> [Task requirements]:
I need the lines below from the one with "#85=PLANE('',#72);" down to the one with "#97=LINE('',#96,#50);" reproduced exactly, both ends included, and nothing else.

> [Data for the task]:
────────────────────────────────────────

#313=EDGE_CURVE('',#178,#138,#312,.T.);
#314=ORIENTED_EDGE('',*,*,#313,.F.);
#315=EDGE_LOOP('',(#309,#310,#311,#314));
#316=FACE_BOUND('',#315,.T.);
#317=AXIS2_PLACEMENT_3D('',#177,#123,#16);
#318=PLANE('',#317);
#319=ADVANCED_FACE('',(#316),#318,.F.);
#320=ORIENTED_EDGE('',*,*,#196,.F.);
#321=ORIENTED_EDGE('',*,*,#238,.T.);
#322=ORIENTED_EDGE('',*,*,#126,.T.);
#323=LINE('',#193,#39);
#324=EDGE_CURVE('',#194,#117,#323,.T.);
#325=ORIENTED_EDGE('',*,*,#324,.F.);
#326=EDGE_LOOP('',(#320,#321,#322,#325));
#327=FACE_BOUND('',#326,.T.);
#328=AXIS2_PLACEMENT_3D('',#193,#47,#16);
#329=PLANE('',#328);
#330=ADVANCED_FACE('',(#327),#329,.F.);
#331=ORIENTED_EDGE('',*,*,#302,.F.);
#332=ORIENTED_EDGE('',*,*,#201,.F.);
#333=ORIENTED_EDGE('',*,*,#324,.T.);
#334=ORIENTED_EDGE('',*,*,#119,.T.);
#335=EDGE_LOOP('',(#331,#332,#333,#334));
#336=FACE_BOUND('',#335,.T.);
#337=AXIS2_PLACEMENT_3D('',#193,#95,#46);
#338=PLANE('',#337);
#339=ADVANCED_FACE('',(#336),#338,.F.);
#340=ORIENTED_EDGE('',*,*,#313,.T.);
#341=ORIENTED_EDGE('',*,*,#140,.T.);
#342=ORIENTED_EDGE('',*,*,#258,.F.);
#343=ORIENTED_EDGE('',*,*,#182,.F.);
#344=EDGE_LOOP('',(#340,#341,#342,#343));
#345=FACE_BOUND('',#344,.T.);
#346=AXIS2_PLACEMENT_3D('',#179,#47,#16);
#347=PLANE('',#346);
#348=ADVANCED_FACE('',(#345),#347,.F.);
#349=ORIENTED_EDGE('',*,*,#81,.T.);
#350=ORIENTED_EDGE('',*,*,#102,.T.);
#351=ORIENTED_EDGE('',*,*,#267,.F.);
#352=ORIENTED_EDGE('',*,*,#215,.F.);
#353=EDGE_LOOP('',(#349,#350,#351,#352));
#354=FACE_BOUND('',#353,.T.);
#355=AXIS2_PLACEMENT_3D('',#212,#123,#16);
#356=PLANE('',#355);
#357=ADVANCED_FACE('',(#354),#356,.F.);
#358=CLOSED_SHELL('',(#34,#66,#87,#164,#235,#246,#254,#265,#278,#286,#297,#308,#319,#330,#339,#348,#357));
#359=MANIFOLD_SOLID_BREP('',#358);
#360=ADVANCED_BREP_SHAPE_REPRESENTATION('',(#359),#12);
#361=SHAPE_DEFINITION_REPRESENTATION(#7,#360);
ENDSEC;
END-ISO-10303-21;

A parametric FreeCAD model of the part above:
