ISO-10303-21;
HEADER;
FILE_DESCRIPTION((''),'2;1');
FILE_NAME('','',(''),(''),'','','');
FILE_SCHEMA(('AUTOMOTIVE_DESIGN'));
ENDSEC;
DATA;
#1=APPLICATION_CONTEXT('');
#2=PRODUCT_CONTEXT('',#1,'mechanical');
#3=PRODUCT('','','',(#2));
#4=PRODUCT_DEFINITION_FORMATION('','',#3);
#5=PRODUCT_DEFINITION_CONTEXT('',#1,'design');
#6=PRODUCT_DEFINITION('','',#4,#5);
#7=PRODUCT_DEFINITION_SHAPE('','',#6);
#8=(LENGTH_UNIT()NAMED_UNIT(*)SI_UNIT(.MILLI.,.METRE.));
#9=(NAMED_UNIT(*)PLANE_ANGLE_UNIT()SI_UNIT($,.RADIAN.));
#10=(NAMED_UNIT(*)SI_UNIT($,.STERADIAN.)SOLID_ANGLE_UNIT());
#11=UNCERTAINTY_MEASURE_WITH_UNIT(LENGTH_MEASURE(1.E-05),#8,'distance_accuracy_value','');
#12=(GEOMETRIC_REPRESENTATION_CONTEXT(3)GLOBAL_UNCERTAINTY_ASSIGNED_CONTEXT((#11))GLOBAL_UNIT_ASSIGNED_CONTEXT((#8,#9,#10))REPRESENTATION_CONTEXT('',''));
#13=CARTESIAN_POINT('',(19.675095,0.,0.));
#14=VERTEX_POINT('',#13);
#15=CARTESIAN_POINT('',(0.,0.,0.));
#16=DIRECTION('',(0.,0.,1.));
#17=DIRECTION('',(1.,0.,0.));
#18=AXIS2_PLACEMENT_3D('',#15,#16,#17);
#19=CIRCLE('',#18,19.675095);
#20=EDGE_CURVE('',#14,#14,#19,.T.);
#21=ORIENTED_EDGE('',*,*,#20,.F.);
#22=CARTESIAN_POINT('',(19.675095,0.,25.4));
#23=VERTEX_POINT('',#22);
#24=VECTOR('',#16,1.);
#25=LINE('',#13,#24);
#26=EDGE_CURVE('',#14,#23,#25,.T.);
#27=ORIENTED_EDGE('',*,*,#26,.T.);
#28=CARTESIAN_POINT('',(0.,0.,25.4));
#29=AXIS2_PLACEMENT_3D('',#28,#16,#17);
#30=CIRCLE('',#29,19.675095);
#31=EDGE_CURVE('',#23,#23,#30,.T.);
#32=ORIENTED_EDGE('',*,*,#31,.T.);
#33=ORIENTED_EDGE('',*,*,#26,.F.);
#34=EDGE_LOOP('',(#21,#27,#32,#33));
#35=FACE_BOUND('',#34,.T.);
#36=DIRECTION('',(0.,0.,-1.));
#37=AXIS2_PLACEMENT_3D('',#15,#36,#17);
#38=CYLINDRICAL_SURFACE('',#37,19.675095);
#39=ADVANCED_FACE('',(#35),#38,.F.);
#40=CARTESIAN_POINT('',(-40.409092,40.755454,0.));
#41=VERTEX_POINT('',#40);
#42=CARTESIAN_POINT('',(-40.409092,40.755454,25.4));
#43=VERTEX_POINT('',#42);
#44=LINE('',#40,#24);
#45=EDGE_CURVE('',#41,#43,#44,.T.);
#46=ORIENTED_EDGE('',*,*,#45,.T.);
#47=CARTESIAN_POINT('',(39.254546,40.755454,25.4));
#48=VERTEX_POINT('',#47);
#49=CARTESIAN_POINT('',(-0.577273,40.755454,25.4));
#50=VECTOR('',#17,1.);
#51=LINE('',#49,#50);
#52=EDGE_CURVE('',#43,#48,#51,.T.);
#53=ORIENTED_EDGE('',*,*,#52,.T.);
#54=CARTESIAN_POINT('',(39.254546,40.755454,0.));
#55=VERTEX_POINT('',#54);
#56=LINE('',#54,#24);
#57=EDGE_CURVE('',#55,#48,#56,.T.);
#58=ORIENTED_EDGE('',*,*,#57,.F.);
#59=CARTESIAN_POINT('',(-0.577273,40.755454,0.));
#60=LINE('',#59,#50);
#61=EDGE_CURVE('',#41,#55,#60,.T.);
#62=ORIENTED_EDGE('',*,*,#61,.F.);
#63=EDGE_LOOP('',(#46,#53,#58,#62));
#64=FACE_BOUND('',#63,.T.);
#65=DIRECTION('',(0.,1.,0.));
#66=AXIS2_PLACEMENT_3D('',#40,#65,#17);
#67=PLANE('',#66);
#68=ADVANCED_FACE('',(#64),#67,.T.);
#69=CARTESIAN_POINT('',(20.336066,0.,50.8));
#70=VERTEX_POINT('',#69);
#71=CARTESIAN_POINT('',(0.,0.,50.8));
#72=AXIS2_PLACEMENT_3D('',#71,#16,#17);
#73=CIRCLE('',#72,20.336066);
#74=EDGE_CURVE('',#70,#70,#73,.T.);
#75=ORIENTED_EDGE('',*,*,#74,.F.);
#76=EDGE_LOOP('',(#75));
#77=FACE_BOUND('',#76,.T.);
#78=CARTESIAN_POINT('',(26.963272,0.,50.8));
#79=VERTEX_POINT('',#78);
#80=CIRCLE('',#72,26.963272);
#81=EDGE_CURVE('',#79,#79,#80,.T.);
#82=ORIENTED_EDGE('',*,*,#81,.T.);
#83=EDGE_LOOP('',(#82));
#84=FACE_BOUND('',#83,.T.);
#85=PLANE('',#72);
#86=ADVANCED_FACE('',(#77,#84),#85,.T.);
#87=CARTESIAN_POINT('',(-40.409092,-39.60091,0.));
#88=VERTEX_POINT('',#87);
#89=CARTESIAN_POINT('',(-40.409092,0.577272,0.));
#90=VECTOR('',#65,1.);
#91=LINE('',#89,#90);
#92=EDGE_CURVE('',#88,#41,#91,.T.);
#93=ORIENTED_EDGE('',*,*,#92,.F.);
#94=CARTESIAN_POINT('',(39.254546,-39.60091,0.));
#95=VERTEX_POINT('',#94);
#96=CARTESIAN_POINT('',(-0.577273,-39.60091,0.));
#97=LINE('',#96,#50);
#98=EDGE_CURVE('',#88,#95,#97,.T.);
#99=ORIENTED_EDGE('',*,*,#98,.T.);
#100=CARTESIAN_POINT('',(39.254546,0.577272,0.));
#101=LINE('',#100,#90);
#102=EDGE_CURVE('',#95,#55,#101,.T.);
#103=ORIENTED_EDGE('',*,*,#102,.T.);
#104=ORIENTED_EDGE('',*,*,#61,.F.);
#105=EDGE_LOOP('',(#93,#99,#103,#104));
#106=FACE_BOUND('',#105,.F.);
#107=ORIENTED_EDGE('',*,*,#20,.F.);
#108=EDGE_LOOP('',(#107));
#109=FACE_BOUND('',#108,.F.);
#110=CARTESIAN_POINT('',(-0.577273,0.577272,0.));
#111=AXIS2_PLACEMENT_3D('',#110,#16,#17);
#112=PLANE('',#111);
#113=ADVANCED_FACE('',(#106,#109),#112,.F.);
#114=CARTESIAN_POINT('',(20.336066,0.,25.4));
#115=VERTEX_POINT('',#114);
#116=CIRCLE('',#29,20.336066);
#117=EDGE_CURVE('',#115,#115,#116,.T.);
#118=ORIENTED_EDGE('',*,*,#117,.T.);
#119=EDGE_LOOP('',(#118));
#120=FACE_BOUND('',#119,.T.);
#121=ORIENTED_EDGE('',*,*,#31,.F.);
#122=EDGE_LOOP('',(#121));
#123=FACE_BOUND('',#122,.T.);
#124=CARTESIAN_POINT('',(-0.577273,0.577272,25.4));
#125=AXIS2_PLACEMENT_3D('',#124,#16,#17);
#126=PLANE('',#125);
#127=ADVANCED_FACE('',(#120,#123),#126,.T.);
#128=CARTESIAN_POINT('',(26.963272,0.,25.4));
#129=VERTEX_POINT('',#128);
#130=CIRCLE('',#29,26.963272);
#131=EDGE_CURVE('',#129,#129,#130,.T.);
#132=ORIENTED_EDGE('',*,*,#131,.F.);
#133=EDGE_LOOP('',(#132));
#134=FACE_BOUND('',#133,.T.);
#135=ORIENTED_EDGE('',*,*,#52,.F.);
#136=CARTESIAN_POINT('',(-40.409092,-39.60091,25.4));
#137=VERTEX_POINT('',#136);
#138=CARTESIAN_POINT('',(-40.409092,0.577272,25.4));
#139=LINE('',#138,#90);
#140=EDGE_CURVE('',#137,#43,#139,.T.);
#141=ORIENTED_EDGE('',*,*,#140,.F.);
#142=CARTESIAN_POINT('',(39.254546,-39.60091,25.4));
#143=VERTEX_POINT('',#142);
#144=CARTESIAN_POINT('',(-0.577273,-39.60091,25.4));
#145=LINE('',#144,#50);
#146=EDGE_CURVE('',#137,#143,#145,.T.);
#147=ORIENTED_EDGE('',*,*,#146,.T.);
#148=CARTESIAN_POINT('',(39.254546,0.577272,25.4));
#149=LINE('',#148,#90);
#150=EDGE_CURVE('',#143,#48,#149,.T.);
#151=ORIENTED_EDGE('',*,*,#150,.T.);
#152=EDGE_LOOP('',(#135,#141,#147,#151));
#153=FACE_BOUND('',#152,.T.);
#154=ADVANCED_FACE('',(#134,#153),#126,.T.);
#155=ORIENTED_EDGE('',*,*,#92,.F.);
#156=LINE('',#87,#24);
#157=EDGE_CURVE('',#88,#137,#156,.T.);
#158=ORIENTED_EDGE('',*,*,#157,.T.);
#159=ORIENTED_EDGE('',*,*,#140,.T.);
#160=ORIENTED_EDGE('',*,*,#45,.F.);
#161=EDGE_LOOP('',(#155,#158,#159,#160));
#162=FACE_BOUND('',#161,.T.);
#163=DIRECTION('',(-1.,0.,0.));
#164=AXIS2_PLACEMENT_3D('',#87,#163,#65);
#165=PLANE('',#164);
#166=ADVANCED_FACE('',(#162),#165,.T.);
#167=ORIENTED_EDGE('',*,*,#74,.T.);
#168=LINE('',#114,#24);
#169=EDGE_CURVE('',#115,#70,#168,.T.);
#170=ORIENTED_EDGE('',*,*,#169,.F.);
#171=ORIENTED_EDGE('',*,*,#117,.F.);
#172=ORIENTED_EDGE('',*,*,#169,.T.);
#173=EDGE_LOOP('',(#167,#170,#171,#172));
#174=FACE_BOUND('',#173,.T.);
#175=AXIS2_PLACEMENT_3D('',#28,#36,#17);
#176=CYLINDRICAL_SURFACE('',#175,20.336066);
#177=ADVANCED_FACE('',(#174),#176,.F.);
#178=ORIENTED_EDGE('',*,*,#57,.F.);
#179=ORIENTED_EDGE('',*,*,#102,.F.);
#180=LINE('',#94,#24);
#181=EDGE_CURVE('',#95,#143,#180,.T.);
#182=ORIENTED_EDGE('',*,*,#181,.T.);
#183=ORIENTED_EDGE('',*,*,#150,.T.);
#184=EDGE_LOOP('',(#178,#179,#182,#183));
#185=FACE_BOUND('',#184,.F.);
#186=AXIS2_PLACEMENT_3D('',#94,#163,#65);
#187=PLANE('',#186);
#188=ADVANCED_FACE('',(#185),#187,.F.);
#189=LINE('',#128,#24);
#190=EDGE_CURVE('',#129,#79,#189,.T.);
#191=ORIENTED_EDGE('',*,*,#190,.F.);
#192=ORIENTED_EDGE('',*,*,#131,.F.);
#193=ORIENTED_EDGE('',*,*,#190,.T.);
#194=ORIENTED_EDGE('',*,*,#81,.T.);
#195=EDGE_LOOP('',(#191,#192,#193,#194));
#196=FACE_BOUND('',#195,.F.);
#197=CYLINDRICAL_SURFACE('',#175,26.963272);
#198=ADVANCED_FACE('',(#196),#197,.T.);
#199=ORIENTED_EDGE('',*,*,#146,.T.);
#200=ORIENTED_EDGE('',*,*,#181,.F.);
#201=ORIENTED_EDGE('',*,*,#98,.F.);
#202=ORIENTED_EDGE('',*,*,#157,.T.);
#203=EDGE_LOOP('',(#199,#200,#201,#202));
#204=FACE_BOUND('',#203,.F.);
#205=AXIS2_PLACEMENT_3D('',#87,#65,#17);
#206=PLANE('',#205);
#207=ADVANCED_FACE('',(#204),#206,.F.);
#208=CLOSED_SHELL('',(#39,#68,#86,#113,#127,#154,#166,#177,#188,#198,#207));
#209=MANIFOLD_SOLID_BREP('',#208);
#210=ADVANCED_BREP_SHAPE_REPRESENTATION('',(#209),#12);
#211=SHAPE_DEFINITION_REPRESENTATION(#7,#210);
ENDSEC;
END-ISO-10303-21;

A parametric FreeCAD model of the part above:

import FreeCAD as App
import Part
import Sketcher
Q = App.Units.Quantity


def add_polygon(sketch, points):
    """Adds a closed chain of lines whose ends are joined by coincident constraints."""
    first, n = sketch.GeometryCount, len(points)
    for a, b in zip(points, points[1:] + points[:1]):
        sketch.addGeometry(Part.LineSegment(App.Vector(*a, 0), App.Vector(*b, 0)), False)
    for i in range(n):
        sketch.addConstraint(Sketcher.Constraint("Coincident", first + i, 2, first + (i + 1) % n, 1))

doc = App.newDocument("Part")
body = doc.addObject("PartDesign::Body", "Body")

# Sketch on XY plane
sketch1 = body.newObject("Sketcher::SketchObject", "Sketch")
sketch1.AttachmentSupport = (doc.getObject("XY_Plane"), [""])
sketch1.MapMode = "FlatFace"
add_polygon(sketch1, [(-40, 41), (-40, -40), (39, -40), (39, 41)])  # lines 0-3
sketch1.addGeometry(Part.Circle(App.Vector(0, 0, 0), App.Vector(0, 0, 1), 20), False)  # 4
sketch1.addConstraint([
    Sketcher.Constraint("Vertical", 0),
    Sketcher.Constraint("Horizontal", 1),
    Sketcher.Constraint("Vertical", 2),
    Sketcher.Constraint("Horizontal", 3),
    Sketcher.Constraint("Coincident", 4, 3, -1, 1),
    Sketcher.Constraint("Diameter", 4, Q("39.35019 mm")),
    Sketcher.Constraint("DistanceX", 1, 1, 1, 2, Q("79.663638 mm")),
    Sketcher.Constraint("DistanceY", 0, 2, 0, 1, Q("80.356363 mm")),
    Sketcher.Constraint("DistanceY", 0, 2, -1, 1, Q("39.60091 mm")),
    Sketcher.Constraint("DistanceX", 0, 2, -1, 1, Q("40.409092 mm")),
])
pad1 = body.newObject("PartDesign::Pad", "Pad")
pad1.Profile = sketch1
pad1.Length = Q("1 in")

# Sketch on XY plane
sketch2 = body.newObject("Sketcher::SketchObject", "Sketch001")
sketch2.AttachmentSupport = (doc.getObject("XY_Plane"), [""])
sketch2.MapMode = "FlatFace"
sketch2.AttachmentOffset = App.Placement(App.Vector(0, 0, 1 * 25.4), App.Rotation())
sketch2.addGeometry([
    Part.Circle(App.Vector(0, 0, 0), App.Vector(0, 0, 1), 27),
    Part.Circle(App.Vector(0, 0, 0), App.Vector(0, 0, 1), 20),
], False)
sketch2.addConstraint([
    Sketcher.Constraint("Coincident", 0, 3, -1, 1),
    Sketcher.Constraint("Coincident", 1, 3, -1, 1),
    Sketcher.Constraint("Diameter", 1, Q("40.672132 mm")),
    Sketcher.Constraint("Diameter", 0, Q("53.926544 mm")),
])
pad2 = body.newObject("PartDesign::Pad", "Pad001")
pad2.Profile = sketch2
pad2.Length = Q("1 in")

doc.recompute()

────────────────────────────────────────

> [Response to the task]:
#85=PLANE('',#72);
#86=ADVANCED_FACE('',(#77,#84),#85,.T.);
#87=CARTESIAN_POINT('',(-40.409092,-39.60091,0.));
#88=VERTEX_POINT('',#87);
#89=CARTESIAN_POINT('',(-40.409092,0.577272,0.));
#90=VECTOR('',#65,1.);
#91=LINE('',#89,#90);
#92=EDGE_CURVE('',#88,#41,#91,.T.);
#93=ORIENTED_EDGE('',*,*,#92,.F.);
#94=CARTESIAN_POINT('',(39.254546,-39.60091,0.));
#95=VERTEX_POINT('',#94);
#96=CARTESIAN_POINT('',(-0.577273,-39.60091,0.));
#97=LINE('',#96,#50);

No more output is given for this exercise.